In a Journey of Accompaniment & Service to Emerging Leaders

Love, Differences, and Valuing Others

Written byNPHLM Archive

A Latina pastor reflects on her experience in ministry

By Alma Tinoco Ruiz

The ethnic diversity that exists in the United States today is similar to the diversity that existed in Jerusalem in the earliest days of the church. Acts 2 narrates how God, through the power of the Holy Spirit, enabled Jesus’ disciples to share the good news with people from every nation under heaven:

When the day of Pentecost has come, they were all together in one place. And suddenly from heaven there came a sound like the rush of a violent wind, and it filled the entire house where they were sitting. Divided tongues, as of fire, appeared among them, and a tongue rested on each of them. All of them were filled with the Holy Spirit and began to speak in other languages, as the Spirit gave them ability. Now there were devout Jews from every nation under heaven living in Jerusalem. And at this sound the crowd gathered and was bewildered, because each one heard them speaking in the native language of each. (Acts 2:1–6)
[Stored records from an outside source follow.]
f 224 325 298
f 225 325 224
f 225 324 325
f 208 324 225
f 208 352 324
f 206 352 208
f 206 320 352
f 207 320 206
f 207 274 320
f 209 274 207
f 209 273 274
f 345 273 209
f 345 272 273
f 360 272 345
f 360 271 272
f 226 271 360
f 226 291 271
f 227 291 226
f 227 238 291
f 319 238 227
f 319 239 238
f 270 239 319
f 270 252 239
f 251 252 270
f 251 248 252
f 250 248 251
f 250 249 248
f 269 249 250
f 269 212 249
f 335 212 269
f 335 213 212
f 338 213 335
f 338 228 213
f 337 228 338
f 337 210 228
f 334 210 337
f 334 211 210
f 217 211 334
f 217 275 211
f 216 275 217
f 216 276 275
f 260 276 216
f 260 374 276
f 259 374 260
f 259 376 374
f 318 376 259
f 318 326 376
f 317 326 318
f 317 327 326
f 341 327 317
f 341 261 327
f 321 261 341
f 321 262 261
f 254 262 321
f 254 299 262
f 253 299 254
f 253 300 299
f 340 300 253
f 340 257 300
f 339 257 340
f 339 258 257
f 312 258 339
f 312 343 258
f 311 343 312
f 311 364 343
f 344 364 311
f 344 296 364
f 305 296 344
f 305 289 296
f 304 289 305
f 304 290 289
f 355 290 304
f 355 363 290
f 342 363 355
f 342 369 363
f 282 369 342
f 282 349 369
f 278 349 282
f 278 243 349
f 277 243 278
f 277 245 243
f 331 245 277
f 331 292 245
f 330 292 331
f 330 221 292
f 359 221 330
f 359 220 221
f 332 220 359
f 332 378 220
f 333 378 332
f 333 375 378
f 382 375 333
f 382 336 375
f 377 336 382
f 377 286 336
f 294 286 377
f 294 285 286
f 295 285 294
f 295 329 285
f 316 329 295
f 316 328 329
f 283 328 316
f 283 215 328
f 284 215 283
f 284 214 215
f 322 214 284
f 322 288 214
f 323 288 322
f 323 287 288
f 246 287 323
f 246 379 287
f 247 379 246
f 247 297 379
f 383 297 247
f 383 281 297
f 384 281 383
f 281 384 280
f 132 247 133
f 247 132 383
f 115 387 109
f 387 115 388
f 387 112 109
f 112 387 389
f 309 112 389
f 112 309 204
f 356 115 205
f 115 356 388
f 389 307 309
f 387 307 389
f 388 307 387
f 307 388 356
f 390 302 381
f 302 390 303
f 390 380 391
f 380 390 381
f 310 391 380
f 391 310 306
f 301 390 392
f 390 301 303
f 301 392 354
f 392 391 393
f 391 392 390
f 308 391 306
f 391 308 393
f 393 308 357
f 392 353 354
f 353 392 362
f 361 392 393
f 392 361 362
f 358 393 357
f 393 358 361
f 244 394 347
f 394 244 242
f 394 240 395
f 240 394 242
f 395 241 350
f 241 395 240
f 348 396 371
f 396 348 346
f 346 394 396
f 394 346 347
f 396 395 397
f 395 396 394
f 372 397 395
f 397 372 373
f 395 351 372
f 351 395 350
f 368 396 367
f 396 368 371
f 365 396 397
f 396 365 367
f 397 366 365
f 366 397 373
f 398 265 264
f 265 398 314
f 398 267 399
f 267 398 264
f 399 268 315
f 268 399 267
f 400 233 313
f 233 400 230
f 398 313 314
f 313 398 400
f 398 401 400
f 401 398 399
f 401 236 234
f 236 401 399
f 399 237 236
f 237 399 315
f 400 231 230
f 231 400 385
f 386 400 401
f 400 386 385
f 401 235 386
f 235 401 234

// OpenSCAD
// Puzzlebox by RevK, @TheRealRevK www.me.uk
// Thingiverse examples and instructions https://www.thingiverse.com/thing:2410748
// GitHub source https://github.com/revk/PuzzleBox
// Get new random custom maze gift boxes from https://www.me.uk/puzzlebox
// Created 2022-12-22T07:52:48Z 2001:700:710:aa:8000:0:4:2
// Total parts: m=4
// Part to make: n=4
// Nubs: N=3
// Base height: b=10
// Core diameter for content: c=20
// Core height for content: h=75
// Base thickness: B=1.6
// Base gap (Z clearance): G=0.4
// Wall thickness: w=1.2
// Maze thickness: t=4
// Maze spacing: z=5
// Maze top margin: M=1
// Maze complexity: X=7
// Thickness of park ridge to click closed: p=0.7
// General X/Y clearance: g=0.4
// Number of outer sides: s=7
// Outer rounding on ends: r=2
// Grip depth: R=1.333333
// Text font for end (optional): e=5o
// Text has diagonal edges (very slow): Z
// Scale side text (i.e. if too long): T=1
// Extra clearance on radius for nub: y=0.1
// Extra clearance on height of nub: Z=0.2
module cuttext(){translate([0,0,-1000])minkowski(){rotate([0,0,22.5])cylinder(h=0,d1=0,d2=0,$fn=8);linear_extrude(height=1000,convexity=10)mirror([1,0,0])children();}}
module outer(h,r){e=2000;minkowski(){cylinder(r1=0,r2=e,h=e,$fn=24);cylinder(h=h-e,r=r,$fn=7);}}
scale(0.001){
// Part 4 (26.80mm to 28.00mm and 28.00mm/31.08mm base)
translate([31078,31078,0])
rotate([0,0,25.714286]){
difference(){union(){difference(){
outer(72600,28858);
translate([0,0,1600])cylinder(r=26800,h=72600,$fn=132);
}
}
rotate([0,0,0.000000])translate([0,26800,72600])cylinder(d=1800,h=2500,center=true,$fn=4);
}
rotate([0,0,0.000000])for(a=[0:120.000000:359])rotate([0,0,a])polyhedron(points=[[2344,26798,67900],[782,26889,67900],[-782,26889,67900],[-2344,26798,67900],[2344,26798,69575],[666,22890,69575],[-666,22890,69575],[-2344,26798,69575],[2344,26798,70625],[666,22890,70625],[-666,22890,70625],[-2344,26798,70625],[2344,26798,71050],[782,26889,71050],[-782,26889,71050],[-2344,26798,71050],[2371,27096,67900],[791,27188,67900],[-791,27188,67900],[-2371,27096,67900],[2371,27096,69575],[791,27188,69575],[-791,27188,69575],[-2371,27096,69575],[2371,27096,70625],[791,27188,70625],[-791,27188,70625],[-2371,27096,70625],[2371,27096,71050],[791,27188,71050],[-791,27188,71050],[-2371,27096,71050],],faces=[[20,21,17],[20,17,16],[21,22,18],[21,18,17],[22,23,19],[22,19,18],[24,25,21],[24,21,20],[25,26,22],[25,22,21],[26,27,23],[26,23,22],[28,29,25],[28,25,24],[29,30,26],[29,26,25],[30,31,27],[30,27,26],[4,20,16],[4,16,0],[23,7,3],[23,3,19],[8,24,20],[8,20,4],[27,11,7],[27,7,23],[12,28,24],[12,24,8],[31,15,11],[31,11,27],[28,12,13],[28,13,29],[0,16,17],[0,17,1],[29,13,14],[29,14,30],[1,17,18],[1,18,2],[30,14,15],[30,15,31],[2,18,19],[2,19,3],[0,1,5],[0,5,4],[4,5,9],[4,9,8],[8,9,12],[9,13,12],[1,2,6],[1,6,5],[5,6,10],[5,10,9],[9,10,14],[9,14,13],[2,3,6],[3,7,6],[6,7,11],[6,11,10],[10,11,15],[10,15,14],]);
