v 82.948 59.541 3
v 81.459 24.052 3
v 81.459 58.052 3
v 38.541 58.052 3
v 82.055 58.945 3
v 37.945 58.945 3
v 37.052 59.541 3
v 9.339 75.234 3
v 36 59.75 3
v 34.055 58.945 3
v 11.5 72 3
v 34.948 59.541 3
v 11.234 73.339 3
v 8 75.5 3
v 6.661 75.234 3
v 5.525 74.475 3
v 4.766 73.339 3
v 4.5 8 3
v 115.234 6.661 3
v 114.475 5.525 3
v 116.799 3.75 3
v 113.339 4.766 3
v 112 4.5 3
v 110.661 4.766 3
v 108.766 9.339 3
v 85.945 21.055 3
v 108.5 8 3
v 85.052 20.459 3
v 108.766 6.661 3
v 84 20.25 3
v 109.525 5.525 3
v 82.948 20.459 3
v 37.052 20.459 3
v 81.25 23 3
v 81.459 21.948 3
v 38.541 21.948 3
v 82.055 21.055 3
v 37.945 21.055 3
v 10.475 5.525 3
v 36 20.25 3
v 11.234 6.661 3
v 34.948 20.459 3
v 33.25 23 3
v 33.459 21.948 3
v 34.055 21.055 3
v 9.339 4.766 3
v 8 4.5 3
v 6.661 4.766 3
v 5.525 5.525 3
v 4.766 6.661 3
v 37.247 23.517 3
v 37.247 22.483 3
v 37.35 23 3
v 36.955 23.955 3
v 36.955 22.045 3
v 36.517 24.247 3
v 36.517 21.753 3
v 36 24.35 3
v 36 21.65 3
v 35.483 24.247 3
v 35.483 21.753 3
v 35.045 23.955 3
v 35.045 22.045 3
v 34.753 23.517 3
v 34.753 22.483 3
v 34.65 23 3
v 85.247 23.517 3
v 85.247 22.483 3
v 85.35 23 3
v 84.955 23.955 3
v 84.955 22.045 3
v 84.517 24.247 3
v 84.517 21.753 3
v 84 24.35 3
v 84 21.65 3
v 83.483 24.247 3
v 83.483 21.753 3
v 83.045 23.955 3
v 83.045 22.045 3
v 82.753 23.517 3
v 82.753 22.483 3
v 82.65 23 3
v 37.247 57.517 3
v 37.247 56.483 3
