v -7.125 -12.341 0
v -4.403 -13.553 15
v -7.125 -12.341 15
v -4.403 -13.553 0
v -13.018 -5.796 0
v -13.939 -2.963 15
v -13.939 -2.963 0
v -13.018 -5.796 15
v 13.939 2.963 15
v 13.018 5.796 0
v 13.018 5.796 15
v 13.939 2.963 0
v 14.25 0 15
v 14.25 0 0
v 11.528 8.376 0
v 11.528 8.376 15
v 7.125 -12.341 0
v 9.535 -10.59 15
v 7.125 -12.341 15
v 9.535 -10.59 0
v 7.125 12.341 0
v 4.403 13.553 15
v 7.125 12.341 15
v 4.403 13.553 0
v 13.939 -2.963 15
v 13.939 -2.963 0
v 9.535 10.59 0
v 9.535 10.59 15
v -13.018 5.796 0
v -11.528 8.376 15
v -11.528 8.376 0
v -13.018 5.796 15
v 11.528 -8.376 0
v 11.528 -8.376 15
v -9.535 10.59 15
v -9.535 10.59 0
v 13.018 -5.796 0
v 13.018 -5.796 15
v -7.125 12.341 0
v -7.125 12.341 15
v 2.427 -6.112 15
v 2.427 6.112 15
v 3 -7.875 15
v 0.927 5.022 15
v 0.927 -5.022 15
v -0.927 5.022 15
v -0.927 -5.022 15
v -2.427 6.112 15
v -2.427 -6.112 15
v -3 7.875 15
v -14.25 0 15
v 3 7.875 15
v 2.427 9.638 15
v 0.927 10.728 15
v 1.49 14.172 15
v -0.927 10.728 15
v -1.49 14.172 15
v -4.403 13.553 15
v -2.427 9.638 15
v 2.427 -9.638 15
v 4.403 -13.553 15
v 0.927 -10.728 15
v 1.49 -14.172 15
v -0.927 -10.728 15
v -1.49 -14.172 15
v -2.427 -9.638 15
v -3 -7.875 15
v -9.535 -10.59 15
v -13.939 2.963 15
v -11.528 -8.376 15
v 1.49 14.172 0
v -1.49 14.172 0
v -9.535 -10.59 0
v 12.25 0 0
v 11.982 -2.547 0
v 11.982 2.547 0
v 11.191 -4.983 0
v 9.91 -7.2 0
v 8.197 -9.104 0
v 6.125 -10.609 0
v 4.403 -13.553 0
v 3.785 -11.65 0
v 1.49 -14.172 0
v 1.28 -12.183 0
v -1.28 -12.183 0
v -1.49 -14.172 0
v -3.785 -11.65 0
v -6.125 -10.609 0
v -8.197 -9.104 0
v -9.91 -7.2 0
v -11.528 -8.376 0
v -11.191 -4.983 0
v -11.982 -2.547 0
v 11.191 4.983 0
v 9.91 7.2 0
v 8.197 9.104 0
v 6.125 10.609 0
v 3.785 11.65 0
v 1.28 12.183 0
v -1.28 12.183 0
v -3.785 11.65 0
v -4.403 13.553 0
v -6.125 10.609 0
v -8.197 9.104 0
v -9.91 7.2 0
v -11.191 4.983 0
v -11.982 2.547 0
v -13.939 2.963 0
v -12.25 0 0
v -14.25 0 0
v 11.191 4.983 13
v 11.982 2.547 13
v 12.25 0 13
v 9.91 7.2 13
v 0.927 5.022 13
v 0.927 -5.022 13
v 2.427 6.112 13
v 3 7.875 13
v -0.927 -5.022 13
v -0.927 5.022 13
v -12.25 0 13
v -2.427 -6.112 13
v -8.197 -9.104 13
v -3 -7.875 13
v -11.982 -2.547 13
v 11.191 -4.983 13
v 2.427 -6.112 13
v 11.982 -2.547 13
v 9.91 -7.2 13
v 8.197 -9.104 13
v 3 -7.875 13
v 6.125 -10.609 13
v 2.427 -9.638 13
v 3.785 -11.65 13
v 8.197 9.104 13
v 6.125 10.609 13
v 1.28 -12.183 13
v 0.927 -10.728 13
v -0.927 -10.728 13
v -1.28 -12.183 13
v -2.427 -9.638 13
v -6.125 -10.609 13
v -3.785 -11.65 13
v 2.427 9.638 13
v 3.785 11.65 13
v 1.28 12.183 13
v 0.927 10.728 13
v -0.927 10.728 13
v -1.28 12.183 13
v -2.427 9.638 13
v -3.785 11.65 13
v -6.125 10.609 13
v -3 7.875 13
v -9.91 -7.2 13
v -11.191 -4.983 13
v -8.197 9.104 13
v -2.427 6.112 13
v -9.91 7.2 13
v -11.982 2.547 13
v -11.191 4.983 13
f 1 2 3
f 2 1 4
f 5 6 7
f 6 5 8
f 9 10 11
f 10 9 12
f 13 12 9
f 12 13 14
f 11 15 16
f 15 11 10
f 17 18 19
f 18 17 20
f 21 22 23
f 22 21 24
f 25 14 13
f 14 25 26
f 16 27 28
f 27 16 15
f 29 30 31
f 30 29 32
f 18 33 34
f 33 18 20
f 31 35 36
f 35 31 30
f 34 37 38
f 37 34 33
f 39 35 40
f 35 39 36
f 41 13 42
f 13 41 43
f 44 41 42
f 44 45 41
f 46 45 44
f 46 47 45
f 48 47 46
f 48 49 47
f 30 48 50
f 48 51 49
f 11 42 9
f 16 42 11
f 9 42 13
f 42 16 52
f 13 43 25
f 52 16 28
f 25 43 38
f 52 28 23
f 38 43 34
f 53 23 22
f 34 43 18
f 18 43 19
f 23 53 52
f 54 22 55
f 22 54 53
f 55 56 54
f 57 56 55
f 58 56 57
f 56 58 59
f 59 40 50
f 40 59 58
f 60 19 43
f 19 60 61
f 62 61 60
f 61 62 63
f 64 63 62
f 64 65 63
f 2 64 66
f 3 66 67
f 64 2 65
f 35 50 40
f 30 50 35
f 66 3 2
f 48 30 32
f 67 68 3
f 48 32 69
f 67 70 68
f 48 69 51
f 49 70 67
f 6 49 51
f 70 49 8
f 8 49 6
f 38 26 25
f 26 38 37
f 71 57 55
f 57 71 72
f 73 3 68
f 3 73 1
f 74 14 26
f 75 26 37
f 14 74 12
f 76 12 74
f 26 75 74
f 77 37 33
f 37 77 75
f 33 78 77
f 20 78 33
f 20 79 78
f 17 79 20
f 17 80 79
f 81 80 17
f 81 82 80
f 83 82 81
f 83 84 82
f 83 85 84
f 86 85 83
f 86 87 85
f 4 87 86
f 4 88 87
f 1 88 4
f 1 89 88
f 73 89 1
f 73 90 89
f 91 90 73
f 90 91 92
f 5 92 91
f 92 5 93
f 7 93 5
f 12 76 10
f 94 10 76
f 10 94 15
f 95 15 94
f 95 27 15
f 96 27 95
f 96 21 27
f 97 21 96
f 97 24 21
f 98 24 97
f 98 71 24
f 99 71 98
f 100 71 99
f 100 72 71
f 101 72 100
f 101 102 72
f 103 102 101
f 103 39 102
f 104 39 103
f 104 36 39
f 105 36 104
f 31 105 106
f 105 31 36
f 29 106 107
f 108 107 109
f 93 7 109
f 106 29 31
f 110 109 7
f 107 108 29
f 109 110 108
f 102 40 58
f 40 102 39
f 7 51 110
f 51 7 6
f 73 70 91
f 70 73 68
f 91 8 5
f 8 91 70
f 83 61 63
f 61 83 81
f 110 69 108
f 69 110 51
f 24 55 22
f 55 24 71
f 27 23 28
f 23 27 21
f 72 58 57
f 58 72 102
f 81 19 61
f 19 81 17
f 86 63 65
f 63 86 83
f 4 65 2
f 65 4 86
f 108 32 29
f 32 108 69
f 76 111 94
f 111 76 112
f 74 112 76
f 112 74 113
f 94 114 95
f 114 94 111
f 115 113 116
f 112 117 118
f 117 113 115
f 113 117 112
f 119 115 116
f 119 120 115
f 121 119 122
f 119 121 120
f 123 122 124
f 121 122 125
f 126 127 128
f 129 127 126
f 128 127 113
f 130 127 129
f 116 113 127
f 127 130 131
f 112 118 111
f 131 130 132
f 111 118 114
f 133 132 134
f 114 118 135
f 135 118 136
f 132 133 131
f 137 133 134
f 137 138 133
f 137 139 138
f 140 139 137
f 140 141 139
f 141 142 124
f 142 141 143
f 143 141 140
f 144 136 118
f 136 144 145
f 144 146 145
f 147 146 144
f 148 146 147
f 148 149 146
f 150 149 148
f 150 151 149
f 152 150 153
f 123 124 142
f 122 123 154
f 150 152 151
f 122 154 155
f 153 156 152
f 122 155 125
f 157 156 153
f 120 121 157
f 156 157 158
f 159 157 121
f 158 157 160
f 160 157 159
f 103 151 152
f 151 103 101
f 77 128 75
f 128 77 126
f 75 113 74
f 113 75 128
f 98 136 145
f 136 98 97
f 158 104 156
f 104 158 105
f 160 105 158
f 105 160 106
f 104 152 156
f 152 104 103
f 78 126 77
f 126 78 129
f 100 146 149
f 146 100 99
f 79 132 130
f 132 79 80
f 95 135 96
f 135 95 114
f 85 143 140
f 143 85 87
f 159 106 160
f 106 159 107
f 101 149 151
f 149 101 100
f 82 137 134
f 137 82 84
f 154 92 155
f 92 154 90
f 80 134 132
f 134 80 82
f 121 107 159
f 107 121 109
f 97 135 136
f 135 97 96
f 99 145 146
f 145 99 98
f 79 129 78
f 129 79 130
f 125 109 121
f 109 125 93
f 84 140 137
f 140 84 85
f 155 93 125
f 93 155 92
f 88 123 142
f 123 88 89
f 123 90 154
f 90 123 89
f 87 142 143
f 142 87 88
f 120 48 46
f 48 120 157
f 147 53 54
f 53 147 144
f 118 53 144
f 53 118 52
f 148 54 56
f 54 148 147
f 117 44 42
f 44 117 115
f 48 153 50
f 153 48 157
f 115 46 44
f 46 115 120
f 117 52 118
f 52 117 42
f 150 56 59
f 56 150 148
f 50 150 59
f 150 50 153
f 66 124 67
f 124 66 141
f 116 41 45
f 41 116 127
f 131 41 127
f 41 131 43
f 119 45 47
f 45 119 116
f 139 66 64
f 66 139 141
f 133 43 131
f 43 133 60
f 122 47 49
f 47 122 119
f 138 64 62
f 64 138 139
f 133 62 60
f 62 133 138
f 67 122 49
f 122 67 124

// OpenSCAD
// [FL_INDEX: keywords="openscad, 3d_parametric, Parametric_motor_case_maker, csg_solid" | COT="Parametric OpenSCAD design from 3DCodeverse"]
// Title: Parametric motor case maker

// This is a parametric case maker for a motor

//Example1

// to make a custom case, replace the parameters with your own

//examplemotor1
dm = 24.5; // Diameter of motor
th = 2; // Thickness of case
hc = 13; // Height of motor
he =  dm/2; // Height to ends
de = 2; // Diameter of ends
dbe = 15.75; // Distance between ends
le = 2.5; // Length of ends
dte = le/2; // Distance to ends

//Example2

//to use, get rid of "/*" and "*/"

/*//examplemotor2
dm = 18; // Diameter of motor
th = 2; // Thickness of case
hc = 28; // Height of motor
he =  19; // Height to ends
de = 4; // Diameter of ends
dbe = 12.5; // Distance between ends
le = 5; // Length of ends
dte = 7; // Distance to ends*/



//program
if (le-dte >0)
{
difference() {
cylinder(r = (dm/2+th), h = (hc+th));
cylinder(r = (dm/2), h = hc);
translate([dm/2-he,dbe/2,hc-dte/2])
cylinder(r = (de/2)+th, h = le+2 * th, center = true);
translate([dm/2-he,-dbe/2,hc-dte/2])
cylinder(r = (de/2)+th, h = le+2 * th, center = true);
}
}
else
{
difference() {
cylinder(r = (dm/2+th), h = (hc+th));
cylinder(r = (dm/2), h = hc);
translate([dm/2-he,dbe/2,hc-dte/2])
cylinder(r = (de/2)+th, h = le, center = true);
translate([dm/2-he,-dbe/2,hc-dte/2])
cylinder(r = (de/2)+th, h = le, center = true);
}
}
At the very founding of the church, God made it clear that the gospel must be shared with people from every nation under heaven, and, ever since, the church has been multiethnic, multicultural, and multilingual. People from other nations did not have to learn the language of the disciples to be able to receive the good news, but the power of the Holy Spirit made it possible for the people to hear the good news in their own languages. If we believe that God is the same yesterday and today and forever, then we must believe that the same Holy Spirit that was at work through the first disciples of Jesus Christ is the same Spirit that is at work in us today, equipping us to share the Word of God with all people.

We are blessed to live in a country where we do not have to go to all nations to make disciples of all nations. People from many different nations come to this country. The harvest is plentiful here. The question before us is how to take advantage of this great opportunity. I have been serving in the United Methodist Church in the North Carolina Conference for 10 years, nine years as a lay missioner and one year as a local pastor. I also served for six years in the Hispanic/Latino committee of the UMC.

Overall, my experience serving in United Methodist churches has been positive and encouraging. But my experience as a Hispanic pastor in the United Methodist Church as a denomination has not always been encouraging. For instance, I have encountered people who think that sharing the Word of God with people who do not speak English is an option, one of many missions we can choose, rather than God’s non-negotiable commandment. Thus, they do not see it as a priority. Hispanic/Latino ministries are viewed as a mission that only receives from the denomination rather than as a full contributing partner. One reason we are treated as a charity case rather than as equals is because the denomination believes it is giving more money than what Hispanic/Latino ministries are able to give back. Sadly, the United Methodist Church often does not value the contributions that Hispanic/Latino people, and people from other ethnic groups, can bring to the denomination. If we are not valuing the people living in our communities and do not see it as a priority to share the Word of God with them, how can we say that we are a faithful church? After all, as Acts 2 shows, God intended the church to be multiethnic, multicultural, and multilingual, so to be an inclusive local church is to be faithful to God’s plan. Thus, we must share the Word of God with people from different ethnic groups not because they need us, but because we need them.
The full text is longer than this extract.